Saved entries
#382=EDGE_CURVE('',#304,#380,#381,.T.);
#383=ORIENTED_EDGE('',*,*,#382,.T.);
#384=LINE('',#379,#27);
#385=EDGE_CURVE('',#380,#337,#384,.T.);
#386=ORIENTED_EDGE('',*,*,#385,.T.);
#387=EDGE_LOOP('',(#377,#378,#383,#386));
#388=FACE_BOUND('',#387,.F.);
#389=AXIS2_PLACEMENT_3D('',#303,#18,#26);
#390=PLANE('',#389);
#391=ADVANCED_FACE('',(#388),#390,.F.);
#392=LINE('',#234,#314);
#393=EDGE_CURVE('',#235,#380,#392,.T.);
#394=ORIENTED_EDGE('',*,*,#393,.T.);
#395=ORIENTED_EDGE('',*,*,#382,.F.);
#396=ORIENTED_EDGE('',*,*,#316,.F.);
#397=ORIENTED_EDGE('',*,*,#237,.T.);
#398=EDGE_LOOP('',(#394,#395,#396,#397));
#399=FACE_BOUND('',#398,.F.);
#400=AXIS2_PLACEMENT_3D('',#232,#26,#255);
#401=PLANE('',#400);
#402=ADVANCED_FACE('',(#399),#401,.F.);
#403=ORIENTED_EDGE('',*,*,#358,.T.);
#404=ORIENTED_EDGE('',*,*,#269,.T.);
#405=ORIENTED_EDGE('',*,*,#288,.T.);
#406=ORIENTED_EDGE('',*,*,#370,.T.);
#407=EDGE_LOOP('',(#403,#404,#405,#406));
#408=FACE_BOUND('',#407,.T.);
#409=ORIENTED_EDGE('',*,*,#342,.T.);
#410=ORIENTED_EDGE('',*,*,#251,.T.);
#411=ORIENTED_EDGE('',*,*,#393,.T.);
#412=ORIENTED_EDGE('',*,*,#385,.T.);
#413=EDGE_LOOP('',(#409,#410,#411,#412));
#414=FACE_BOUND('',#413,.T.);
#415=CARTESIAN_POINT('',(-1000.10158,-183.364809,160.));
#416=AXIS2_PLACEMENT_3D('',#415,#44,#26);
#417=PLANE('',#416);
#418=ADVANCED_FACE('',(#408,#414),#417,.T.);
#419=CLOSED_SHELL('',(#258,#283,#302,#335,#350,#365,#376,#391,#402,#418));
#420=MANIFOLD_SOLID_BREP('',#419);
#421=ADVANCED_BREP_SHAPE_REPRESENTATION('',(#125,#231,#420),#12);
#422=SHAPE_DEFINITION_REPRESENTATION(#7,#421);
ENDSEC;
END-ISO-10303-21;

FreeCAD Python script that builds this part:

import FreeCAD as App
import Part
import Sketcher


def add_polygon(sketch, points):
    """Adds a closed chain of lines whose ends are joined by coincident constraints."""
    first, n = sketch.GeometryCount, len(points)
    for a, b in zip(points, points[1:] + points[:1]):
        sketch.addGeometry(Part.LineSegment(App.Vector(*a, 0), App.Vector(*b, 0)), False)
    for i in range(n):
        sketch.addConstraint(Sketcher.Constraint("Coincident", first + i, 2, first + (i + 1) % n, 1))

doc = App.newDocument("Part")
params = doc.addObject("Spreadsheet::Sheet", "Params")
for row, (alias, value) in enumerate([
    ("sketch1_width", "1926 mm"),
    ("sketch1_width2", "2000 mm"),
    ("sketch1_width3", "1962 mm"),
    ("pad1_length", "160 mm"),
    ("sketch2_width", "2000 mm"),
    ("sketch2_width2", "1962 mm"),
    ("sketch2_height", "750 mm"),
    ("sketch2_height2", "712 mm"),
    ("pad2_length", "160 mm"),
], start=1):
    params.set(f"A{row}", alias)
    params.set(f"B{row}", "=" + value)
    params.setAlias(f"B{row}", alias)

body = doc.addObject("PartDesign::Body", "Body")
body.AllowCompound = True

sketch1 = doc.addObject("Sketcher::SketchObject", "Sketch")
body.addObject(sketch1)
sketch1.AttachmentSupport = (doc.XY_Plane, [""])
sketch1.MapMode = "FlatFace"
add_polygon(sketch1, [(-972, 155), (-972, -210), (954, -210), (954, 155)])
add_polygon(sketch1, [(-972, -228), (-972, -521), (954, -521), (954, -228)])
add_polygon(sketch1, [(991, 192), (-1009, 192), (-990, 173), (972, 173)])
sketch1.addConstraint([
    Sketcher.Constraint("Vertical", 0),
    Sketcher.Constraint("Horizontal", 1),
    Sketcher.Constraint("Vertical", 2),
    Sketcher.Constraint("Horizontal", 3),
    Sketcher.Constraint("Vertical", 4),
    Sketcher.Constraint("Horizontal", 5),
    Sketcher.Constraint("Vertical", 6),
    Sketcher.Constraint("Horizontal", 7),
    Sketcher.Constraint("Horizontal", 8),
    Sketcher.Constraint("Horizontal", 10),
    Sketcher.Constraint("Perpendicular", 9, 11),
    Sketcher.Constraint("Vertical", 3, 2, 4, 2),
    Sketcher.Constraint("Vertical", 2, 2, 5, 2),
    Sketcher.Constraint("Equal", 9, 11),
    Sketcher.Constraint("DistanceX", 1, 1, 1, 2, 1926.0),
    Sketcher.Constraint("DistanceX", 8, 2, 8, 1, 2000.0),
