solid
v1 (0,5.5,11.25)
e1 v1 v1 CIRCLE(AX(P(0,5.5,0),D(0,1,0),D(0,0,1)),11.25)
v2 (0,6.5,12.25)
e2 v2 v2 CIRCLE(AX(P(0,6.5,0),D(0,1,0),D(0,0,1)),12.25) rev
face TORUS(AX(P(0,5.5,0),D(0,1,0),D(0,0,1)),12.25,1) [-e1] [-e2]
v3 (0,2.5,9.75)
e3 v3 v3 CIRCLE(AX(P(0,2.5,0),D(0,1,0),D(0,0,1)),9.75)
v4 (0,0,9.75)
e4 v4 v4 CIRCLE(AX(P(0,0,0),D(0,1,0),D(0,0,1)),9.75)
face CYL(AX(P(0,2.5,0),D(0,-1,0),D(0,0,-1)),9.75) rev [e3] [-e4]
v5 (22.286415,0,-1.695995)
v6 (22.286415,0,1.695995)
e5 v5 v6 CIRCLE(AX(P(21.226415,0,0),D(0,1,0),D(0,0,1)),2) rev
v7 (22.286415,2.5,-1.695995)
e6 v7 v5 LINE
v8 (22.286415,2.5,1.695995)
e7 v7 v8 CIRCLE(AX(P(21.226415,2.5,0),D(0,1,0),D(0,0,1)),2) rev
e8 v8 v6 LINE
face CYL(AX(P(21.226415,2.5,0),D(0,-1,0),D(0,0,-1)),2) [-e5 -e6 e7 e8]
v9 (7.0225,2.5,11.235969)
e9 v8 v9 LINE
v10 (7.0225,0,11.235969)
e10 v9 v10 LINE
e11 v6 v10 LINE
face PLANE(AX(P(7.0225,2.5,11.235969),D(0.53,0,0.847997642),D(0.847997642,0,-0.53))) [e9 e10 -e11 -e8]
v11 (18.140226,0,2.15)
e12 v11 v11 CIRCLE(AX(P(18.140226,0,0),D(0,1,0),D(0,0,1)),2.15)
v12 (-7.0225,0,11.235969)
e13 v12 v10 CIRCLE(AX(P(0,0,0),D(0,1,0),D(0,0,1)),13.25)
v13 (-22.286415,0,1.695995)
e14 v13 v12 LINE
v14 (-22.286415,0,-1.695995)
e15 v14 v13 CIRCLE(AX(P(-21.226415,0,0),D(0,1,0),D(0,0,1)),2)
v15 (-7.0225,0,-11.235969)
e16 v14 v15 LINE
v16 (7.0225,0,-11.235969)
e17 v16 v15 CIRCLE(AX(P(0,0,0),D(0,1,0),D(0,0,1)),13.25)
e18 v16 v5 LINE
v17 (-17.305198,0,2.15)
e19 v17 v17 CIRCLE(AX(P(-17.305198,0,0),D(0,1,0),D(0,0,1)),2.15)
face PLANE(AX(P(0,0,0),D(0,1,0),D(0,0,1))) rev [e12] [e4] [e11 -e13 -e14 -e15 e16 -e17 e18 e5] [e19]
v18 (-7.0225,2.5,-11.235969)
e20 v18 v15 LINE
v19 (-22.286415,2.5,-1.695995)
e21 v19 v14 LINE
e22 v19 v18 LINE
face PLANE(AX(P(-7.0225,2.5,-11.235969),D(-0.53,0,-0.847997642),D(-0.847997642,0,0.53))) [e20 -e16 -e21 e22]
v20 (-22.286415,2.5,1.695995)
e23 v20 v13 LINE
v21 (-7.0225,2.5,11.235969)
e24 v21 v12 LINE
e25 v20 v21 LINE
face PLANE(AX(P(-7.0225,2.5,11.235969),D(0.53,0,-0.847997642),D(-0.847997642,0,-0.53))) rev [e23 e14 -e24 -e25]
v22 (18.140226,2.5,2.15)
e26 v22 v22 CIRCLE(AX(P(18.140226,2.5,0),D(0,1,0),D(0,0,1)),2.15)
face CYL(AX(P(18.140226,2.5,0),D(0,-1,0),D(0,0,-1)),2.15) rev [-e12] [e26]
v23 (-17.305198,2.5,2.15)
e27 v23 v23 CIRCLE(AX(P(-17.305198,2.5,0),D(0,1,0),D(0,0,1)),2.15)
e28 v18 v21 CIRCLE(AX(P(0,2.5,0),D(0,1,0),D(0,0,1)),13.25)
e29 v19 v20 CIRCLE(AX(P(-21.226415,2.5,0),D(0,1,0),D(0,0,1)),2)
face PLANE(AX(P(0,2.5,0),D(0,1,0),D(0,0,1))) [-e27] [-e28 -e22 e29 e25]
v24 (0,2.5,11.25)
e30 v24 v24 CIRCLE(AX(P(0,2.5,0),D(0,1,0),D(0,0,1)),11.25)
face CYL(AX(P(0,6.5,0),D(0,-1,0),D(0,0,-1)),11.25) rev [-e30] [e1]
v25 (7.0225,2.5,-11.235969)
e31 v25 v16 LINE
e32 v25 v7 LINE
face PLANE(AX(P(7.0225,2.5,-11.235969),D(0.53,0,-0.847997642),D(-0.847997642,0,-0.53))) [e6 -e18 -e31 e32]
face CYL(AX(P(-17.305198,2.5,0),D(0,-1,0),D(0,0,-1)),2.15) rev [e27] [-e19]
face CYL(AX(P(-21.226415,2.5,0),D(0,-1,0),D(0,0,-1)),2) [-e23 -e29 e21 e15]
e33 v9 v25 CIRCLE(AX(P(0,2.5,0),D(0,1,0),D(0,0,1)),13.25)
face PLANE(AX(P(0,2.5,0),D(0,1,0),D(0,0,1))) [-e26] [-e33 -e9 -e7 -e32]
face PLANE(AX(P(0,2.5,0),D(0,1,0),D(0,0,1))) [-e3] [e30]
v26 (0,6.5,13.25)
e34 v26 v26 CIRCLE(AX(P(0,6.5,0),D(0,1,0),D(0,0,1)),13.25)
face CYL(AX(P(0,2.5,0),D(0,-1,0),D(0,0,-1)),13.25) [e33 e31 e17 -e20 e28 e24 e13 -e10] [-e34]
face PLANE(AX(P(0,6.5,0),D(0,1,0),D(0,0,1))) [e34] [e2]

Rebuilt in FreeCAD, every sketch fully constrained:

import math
import FreeCAD as App
import Part
import Sketcher
Q = App.Units.Quantity


def edges_at(feature, points):
    """Names of the edges that pass closest to the given points."""
    edges = feature.Shape.Edges
    near = lambda p: min(range(len(edges)), key=lambda i: edges[i].distToShape(Part.Vertex(*p))[0])
    return sorted({f"Edge{near(p) + 1}" for p in points})

doc = App.newDocument("Part")
body = doc.addObject("PartDesign::Body", "Body")

sketch1 = body.newObject("Sketcher::SketchObject", "Sketch")
sketch1.AttachmentSupport = (doc.getObject("XZ_Plane"), [""])
sketch1.MapMode = "FlatFace"
sketch1.addGeometry([
    Part.LineSegment(App.Vector(-7, -11.2, 0), App.Vector(-22.3, -1.7, 0)),
    Part.ArcOfCircle(Part.Circle(App.Vector(-21.2, 0, 0), App.Vector(0, 0, 1), 2), math.radians(122), math.radians(238)),
    Part.LineSegment(App.Vector(-22.3, 1.7, 0), App.Vector(-7, 11.2, 0)),
    Part.ArcOfCircle(Part.Circle(App.Vector(0, 0, 0), App.Vector(0, 0, 1), 13.2), math.radians(58), math.radians(122)),
    Part.LineSegment(App.Vector(7, 11.2, 0), App.Vector(22.3, 1.7, 0)),
    Part.ArcOfCircle(Part.Circle(App.Vector(21.2, 0, 0), App.Vector(0, 0, 1), 2), math.radians(-58), math.radians(58)),
    Part.LineSegment(App.Vector(22.3, -1.7, 0), App.Vector(7, -11.2, 0)),
    Part.ArcOfCircle(Part.Circle(App.Vector(0, 0, 0), App.Vector(0, 0, 1), 13.2), math.radians(-122), math.radians(-58)),
    Part.Circle(App.Vector(-17.3, 0, 0), App.Vector(0, 0, 1), 2.1),
    Part.Circle(App.Vector(0, 0, 0), App.Vector(0, 0, 1), 9.8),
    Part.Circle(App.Vector(18.1, 0, 0), App.Vector(0, 0, 1), 2.1),
], False)
sketch1.addConstraint([
    Sketcher.Constraint("Tangent", 0, 2, 1, 2),
    Sketcher.Constraint("Tangent", 1, 1, 2, 1),
    Sketcher.Constraint("Tangent", 2, 2, 3, 2),
    Sketcher.Constraint("Tangent", 3, 1, 4, 1),
    Sketcher.Constraint("Tangent", 4, 2, 5, 2),
    Sketcher.Constraint("Tangent", 5, 1, 6, 1),
    Sketcher.Constraint("Tangent", 6, 2, 7, 2),
    Sketcher.Constraint("Tangent", 7, 1, 0, 1),
    Sketcher.Constraint("Coincident", 3, 3, -1, 1),
    Sketcher.Constraint("Coincident", 7, 3, -1, 1),
    Sketcher.Constraint("Coincident", 9, 3, -1, 1),
    Sketcher.Constraint("Equal", 1, 5),
    Sketcher.Constraint("Equal", 3, 7),
    Sketcher.Constraint("Equal", 8, 10),
    Sketcher.Constraint("Symmetric", 1, 3, 5, 3, -1, 1),
    Sketcher.Constraint("PointOnObject", 1, 3, -1),
    Sketcher.Constraint("PointOnObject", 8, 3, -1),
    Sketcher.Constraint("PointOnObject", 10, 3, -1),
    Sketcher.Constraint("Radius", 1, Q("2 mm")),
    Sketcher.Constraint("Diameter", 8, Q("4.3 mm")),
    Sketcher.Constraint("Diameter", 9, Q("19.5 mm")),
    Sketcher.Constraint("Radius", 3, Q("13.25 mm")),
    Sketcher.Constraint("DistanceX", 0, 2, 1, 3, Q("1.06 mm")),
    Sketcher.Constraint("DistanceX", 8, 3, -1, 1, Q("17.305198 mm")),
    Sketcher.Constraint("DistanceX", 10, 3, 5, 3, Q("3.086189 mm")),
])
pad1 = body.newObject("PartDesign::Pad", "Pad")
pad1.Profile = sketch1
pad1.Length = 2.5
pad1.Reversed = True

sketch2 = body.newObject("Sketcher::SketchObject", "Sketch001")
sketch2.AttachmentSupport = (doc.getObject("XZ_Plane"), [""])
sketch2.MapMode = "FlatFace"
sketch2.AttachmentOffset = App.Placement(App.Vector(0, 0, -2.5), App.Rotation())
sketch2.addGeometry([
    Part.Circle(App.Vector(0, 0, 0), App.Vector(0, 0, 1), 13),
    Part.Circle(App.Vector(0, 0, 0), App.Vector(0, 0, 1), 11),
], False)
sketch2.addConstraint([
    Sketcher.Constraint("Coincident", 0, 3, -1, 1),
    Sketcher.Constraint("Coincident", 1, 3, -1, 1),
    Sketcher.Constraint("Diameter", 0, Q("26.5 mm")),
    Sketcher.Constraint("Diameter", 1, Q("22.5 mm")),
])
pad2 = body.newObject("PartDesign::Pad", "Pad001")
pad2.Profile = sketch2
pad2.Length = 4
pad2.Reversed = True
doc.recompute()

fillet = body.newObject("PartDesign::Fillet", "Fillet")
fillet.Base = (pad2, edges_at(pad2, [(-11.25, 6.5, 0)]))
fillet.Radius = 1

doc.recompute()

REQUIREMENT:
Whenever the string "alias" shows up in a line above, copy that line.

EXERCISE ANSWER:
for row, (alias, value) in enumerate([
    params.set(f"A{row}", alias)
    params.setAlias(f"B{row}", alias)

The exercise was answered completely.